▶ [TASK INSTRUCTIONS]: The entries below contain a stretch that opens with the line containing "#118=EDGE_LOOP('',(#112,#117));" and closes with the line containing "#152=ORIENTED_EDGE('',*,*,#116,.T.);"; set down that stretch exactly, both ends included, and nothing else.
BEGIN RECORDS FOR THE TASK
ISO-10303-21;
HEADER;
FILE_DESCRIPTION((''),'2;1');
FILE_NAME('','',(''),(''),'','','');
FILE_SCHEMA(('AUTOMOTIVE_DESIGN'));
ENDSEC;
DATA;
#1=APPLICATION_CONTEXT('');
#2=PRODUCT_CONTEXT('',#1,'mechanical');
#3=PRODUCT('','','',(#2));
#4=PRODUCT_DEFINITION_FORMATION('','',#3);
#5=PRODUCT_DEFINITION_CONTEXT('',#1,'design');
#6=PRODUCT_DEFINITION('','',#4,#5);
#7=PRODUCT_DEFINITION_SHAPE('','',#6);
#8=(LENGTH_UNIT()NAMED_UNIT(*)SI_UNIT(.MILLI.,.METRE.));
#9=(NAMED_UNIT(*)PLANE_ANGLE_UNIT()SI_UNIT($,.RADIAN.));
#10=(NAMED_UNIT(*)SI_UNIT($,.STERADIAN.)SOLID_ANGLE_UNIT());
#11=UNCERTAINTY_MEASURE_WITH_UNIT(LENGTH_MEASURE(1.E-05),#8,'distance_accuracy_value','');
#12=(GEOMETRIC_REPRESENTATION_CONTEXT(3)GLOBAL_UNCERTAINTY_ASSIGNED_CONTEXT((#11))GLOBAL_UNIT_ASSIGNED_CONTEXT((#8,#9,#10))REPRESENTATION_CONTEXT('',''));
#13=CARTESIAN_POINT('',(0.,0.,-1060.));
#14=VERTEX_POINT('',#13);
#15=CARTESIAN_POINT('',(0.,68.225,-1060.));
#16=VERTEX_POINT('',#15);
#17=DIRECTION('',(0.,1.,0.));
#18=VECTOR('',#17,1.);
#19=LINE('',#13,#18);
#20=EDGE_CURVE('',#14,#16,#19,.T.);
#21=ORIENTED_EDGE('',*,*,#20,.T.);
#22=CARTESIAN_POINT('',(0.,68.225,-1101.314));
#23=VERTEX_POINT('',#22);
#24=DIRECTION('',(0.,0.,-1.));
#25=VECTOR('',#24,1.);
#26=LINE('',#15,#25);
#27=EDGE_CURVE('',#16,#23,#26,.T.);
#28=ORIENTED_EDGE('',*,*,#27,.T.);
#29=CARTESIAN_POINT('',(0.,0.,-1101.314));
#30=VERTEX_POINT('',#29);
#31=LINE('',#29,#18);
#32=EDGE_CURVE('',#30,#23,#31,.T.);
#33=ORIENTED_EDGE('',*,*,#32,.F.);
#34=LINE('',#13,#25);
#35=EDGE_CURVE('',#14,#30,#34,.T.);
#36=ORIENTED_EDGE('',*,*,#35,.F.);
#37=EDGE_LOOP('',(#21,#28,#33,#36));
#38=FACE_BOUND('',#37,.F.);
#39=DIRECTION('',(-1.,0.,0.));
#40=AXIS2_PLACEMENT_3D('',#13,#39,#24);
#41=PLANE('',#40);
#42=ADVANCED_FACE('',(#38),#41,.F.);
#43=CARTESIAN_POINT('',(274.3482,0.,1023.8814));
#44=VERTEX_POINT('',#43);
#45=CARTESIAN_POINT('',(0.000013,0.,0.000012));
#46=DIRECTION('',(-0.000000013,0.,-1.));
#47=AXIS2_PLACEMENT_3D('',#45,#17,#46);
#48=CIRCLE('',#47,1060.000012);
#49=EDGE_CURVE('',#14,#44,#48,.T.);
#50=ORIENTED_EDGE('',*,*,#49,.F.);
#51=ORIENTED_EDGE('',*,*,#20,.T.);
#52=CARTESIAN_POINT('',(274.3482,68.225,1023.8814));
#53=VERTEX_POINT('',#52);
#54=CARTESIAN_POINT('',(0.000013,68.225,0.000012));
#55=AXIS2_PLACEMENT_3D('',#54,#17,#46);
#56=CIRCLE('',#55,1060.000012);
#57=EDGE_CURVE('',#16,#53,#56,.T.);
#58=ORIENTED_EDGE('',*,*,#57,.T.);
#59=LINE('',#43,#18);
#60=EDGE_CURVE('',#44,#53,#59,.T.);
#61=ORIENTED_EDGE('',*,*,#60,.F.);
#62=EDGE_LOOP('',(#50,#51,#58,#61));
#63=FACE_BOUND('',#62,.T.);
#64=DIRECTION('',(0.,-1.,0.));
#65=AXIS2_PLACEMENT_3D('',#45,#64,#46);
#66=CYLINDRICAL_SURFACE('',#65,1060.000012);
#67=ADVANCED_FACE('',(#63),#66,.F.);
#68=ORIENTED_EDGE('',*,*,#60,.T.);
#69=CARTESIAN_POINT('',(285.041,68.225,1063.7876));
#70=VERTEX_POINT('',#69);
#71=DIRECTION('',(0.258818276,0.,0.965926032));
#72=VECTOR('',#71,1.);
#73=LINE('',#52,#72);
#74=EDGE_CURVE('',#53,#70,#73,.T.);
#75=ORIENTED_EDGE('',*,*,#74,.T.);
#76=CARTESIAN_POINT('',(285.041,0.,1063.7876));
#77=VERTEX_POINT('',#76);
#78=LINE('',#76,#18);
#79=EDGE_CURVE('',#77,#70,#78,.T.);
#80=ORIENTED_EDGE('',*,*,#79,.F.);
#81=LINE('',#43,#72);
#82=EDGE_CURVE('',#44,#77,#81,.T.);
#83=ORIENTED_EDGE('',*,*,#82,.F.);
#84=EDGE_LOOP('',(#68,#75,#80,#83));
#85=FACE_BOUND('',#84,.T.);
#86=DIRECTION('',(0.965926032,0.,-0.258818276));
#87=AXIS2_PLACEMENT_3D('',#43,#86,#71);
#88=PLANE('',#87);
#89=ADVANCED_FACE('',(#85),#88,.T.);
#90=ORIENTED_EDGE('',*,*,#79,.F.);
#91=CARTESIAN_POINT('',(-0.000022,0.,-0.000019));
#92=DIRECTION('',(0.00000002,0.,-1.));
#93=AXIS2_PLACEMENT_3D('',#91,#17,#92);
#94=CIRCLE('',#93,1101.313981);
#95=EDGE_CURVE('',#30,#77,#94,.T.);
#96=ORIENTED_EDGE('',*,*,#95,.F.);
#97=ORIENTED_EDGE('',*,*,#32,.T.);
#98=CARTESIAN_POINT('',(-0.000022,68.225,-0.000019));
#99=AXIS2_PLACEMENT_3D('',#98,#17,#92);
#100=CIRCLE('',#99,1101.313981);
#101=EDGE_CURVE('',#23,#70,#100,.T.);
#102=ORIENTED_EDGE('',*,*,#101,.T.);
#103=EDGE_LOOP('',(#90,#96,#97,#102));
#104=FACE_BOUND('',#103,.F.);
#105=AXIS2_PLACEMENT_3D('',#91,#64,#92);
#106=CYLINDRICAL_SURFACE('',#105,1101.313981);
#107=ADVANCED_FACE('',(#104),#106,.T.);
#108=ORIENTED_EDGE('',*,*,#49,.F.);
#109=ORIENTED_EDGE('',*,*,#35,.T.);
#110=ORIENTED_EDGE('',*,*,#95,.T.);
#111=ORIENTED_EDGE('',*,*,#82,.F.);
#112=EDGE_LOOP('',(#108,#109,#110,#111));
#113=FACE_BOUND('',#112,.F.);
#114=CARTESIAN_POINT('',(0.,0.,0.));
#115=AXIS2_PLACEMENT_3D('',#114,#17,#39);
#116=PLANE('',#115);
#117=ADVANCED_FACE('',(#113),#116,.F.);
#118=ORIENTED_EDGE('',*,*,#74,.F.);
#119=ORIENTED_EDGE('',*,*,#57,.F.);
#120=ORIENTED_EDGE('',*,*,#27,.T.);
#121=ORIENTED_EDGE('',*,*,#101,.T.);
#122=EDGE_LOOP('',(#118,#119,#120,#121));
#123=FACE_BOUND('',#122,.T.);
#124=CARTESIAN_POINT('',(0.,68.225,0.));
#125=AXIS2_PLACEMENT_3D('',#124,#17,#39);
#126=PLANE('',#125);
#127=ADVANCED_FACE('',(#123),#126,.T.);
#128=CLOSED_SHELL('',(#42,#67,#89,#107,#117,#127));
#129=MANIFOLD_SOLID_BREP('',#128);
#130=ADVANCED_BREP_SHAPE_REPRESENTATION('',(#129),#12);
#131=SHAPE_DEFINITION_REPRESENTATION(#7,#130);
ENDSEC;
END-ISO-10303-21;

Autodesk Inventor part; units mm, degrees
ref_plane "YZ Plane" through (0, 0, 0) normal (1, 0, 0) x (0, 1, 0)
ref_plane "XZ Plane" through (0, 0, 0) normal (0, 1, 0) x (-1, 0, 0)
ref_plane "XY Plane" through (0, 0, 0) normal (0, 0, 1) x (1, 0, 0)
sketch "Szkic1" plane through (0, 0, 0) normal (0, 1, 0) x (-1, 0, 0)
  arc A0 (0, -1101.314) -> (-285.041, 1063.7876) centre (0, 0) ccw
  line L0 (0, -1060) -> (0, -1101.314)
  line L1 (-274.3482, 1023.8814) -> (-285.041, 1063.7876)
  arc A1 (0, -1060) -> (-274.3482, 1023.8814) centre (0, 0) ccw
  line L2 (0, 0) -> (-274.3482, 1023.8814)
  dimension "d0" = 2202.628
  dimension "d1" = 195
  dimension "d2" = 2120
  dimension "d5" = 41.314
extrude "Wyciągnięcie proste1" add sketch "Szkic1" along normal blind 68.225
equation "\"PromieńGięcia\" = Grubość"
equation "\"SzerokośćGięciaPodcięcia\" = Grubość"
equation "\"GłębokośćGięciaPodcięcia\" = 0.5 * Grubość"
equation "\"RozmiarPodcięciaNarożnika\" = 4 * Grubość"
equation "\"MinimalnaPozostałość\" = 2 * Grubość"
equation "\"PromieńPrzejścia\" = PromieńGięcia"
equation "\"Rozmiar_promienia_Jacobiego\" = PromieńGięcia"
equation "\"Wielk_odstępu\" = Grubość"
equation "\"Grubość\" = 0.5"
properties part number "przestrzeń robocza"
END RECORDS FOR THE TASK
BEGIN RECORDS FOR THE TASK
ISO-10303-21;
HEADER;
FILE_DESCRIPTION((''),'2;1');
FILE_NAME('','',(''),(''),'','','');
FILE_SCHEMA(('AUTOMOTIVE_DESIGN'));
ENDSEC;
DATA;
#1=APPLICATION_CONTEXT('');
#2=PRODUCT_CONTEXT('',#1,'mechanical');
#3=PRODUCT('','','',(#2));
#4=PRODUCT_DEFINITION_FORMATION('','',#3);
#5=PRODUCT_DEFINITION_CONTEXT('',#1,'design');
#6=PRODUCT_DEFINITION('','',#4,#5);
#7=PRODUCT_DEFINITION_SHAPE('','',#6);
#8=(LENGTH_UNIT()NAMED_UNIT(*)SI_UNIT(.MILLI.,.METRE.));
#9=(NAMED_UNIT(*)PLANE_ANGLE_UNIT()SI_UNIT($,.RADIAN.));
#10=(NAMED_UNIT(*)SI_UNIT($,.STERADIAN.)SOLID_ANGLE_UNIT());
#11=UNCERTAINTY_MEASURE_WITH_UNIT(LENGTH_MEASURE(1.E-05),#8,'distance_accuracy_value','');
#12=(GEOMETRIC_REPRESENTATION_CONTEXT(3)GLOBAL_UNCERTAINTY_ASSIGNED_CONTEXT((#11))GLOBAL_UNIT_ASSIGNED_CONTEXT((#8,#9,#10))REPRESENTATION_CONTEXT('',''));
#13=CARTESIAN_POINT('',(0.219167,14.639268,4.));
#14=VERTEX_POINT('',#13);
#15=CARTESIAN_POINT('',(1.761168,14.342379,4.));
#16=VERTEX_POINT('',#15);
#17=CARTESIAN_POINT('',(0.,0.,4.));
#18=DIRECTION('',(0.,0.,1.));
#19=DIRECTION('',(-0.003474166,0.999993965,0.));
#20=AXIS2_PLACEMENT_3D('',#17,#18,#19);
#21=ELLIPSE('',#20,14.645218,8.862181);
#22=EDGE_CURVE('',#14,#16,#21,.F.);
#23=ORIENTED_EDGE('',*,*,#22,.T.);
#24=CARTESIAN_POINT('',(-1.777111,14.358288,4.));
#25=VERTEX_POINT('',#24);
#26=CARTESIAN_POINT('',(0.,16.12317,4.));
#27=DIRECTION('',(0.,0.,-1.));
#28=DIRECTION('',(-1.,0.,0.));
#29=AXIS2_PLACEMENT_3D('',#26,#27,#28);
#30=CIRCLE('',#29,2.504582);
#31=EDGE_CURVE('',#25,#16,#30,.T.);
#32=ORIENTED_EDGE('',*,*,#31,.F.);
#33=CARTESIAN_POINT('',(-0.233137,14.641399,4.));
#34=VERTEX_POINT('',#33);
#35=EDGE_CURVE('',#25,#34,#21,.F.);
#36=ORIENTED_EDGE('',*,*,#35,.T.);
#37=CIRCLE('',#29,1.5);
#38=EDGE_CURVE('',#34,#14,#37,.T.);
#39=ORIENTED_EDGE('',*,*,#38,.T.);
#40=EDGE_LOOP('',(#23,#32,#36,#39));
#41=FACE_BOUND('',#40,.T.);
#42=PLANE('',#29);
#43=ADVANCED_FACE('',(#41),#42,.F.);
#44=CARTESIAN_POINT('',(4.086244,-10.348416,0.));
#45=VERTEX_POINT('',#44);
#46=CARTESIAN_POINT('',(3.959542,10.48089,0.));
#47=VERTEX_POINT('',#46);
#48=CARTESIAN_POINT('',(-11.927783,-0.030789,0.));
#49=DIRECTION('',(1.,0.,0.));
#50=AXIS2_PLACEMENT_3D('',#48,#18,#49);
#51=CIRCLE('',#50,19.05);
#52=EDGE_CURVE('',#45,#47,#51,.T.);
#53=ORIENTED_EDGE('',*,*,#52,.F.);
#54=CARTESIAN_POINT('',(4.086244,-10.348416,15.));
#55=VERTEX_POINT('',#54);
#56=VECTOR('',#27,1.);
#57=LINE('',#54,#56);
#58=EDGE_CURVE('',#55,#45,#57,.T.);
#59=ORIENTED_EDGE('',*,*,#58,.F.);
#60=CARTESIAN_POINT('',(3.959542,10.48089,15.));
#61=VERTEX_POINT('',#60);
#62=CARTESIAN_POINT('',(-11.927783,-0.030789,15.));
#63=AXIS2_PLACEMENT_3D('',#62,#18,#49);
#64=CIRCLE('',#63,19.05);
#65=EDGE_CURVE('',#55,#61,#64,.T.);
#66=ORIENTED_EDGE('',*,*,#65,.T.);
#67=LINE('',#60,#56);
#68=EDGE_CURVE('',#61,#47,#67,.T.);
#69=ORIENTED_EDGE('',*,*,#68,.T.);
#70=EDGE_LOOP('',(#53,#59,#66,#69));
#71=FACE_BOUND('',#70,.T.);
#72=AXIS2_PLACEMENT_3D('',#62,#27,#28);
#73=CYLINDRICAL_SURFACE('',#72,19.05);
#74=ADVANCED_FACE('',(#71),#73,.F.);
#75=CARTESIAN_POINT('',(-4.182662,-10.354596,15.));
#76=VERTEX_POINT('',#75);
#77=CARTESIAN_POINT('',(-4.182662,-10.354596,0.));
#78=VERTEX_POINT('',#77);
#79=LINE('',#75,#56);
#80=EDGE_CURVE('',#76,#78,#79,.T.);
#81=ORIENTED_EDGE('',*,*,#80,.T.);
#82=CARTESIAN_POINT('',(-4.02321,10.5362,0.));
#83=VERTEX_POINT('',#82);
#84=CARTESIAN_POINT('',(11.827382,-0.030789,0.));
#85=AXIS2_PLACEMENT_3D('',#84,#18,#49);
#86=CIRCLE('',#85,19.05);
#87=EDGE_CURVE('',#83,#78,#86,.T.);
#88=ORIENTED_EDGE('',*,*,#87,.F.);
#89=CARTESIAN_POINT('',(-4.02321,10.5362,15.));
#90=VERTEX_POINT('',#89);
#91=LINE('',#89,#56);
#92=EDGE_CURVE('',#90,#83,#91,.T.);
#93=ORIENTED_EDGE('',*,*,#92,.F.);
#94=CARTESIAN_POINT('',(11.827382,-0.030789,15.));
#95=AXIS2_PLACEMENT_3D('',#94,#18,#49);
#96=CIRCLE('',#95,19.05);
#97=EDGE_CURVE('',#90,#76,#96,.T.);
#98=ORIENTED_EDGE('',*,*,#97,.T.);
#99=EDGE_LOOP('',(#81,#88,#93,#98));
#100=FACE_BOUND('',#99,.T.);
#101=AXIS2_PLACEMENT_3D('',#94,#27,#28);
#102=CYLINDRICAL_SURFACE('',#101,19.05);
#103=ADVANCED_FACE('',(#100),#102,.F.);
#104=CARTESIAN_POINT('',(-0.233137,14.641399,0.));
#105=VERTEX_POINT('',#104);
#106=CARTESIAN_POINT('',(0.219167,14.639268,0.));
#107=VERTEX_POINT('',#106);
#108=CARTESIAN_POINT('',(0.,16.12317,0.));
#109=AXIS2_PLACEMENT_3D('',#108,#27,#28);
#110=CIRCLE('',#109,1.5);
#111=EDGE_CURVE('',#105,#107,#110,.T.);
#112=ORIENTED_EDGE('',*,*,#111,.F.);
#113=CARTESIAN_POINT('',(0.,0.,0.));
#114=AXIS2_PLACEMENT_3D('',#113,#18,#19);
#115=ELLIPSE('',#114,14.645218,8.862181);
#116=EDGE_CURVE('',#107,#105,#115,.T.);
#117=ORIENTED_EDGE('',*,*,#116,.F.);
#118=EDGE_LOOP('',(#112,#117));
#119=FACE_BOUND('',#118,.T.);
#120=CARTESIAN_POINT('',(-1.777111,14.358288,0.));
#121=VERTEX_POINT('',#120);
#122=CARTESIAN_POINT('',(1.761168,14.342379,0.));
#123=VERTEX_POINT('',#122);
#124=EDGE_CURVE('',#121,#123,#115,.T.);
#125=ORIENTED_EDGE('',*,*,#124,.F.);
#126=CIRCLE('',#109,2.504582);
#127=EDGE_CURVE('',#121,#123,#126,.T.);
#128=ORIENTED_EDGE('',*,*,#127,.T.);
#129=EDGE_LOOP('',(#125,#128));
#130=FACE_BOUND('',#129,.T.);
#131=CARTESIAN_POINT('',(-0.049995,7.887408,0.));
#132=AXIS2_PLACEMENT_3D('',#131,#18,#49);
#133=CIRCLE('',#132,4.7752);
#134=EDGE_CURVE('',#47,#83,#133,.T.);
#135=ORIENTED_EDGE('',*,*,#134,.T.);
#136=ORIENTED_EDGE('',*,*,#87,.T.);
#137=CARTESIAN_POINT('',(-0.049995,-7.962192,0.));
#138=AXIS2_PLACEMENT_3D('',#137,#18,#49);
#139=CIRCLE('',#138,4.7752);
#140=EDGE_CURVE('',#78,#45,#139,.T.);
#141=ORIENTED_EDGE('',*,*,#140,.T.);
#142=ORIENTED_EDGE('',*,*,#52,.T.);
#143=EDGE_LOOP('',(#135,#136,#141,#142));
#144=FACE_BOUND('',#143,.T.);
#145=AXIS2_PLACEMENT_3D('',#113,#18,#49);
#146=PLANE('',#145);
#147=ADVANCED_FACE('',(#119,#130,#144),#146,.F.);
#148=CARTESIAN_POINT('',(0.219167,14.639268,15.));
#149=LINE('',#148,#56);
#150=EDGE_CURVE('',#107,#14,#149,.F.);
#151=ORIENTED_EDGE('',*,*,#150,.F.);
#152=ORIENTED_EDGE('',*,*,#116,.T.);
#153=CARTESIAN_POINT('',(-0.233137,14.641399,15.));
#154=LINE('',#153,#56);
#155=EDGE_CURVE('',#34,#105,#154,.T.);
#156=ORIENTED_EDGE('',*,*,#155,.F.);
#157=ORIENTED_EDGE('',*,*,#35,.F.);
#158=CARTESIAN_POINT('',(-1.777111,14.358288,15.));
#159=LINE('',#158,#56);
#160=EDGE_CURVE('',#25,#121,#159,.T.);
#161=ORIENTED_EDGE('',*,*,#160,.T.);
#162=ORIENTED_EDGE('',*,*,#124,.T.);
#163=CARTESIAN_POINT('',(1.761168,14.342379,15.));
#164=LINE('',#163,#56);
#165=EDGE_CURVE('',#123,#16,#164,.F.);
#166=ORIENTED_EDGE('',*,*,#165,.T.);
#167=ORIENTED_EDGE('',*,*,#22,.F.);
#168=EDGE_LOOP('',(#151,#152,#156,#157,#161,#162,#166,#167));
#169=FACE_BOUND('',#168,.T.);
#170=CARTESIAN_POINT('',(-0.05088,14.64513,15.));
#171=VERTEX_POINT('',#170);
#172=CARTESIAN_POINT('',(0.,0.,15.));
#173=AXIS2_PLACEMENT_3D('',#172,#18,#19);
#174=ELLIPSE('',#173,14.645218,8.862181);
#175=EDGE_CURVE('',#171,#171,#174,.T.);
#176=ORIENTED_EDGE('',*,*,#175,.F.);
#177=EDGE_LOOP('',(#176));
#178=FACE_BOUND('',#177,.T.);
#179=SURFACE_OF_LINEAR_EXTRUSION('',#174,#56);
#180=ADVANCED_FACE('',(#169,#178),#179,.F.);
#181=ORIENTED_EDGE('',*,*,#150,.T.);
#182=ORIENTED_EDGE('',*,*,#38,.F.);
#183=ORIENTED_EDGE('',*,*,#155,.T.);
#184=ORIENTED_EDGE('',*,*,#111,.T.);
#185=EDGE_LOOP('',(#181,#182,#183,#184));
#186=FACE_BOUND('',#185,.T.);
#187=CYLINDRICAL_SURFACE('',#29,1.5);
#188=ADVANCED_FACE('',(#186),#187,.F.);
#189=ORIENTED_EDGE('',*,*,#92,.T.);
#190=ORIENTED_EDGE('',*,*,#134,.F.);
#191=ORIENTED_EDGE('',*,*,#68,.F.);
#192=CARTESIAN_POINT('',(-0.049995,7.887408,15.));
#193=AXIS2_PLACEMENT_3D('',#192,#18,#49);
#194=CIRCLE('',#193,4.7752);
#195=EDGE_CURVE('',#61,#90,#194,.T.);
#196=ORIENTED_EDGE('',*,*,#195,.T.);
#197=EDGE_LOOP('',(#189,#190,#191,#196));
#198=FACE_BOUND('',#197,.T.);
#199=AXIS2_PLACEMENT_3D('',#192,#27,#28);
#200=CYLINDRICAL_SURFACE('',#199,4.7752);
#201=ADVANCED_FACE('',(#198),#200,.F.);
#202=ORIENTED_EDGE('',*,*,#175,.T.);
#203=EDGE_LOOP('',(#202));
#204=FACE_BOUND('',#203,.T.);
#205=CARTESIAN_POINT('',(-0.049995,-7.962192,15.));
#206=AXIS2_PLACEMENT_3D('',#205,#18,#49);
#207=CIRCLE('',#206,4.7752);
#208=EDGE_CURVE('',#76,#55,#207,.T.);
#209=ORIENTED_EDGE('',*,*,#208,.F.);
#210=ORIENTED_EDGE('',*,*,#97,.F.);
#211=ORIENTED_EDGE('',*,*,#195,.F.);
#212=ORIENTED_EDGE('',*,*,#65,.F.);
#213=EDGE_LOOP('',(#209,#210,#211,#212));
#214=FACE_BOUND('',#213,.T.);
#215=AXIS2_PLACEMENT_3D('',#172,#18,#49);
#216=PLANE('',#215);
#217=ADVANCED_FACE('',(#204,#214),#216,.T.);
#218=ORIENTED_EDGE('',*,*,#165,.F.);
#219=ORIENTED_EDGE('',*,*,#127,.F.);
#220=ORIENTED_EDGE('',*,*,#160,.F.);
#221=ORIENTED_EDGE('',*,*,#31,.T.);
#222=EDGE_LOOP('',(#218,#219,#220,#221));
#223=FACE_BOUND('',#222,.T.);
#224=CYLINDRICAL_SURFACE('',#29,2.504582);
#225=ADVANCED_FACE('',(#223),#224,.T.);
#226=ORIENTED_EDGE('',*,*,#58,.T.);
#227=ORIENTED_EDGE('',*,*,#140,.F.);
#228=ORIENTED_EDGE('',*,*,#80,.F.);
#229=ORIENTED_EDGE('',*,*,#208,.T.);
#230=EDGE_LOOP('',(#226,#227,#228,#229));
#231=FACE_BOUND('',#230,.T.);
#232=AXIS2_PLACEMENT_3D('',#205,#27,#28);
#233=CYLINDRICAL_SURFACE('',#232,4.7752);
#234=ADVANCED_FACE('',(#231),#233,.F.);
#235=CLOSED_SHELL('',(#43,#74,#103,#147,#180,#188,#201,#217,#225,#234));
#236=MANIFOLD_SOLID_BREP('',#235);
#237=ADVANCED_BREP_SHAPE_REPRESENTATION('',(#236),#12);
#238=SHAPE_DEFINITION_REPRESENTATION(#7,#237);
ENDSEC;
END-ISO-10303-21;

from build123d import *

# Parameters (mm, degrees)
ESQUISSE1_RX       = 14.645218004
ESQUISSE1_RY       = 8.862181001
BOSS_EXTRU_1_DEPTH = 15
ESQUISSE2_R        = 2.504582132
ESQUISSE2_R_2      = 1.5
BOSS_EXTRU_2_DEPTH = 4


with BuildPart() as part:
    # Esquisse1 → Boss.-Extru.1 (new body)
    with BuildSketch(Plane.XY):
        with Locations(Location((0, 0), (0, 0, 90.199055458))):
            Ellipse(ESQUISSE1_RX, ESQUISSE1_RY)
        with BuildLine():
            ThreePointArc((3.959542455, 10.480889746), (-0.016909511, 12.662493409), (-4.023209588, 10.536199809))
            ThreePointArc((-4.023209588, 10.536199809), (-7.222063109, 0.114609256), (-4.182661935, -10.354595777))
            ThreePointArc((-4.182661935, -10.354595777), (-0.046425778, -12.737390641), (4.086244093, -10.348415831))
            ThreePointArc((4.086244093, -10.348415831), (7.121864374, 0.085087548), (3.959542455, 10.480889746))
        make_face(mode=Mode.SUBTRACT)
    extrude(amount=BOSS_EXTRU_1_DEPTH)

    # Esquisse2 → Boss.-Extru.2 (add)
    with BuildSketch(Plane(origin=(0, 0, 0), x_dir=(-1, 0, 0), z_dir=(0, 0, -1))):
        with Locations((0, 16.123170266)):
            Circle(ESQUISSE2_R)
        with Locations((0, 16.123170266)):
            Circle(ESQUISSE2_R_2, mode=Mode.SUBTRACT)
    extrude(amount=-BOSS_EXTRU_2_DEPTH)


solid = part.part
END RECORDS FOR THE TASK
▶ [ANSWER BOX]:
#118=EDGE_LOOP('',(#112,#117));
#119=FACE_BOUND('',#118,.T.);
#120=CARTESIAN_POINT('',(-1.777111,14.358288,0.));
#121=VERTEX_POINT('',#120);
#122=CARTESIAN_POINT('',(1.761168,14.342379,0.));
#123=VERTEX_POINT('',#122);
#124=EDGE_CURVE('',#121,#123,#115,.T.);
#125=ORIENTED_EDGE('',*,*,#124,.F.);
#126=CIRCLE('',#109,2.504582);
#127=EDGE_CURVE('',#121,#123,#126,.T.);
#128=ORIENTED_EDGE('',*,*,#127,.T.);
#129=EDGE_LOOP('',(#125,#128));
#130=FACE_BOUND('',#129,.T.);
#131=CARTESIAN_POINT('',(-0.049995,7.887408,0.));
#132=AXIS2_PLACEMENT_3D('',#131,#18,#49);
#133=CIRCLE('',#132,4.7752);
#134=EDGE_CURVE('',#47,#83,#133,.T.);
#135=ORIENTED_EDGE('',*,*,#134,.T.);
#136=ORIENTED_EDGE('',*,*,#87,.T.);
#137=CARTESIAN_POINT('',(-0.049995,-7.962192,0.));
#138=AXIS2_PLACEMENT_3D('',#137,#18,#49);
#139=CIRCLE('',#138,4.7752);
#140=EDGE_CURVE('',#78,#45,#139,.T.);
#141=ORIENTED_EDGE('',*,*,#140,.T.);
#142=ORIENTED_EDGE('',*,*,#52,.T.);
#143=EDGE_LOOP('',(#135,#136,#141,#142));
#144=FACE_BOUND('',#143,.T.);
#145=AXIS2_PLACEMENT_3D('',#113,#18,#49);
#146=PLANE('',#145);
#147=ADVANCED_FACE('',(#119,#130,#144),#146,.F.);
#148=CARTESIAN_POINT('',(0.219167,14.639268,15.));
#149=LINE('',#148,#56);
#150=EDGE_CURVE('',#107,#14,#149,.F.);
#151=ORIENTED_EDGE('',*,*,#150,.F.);
#152=ORIENTED_EDGE('',*,*,#116,.T.);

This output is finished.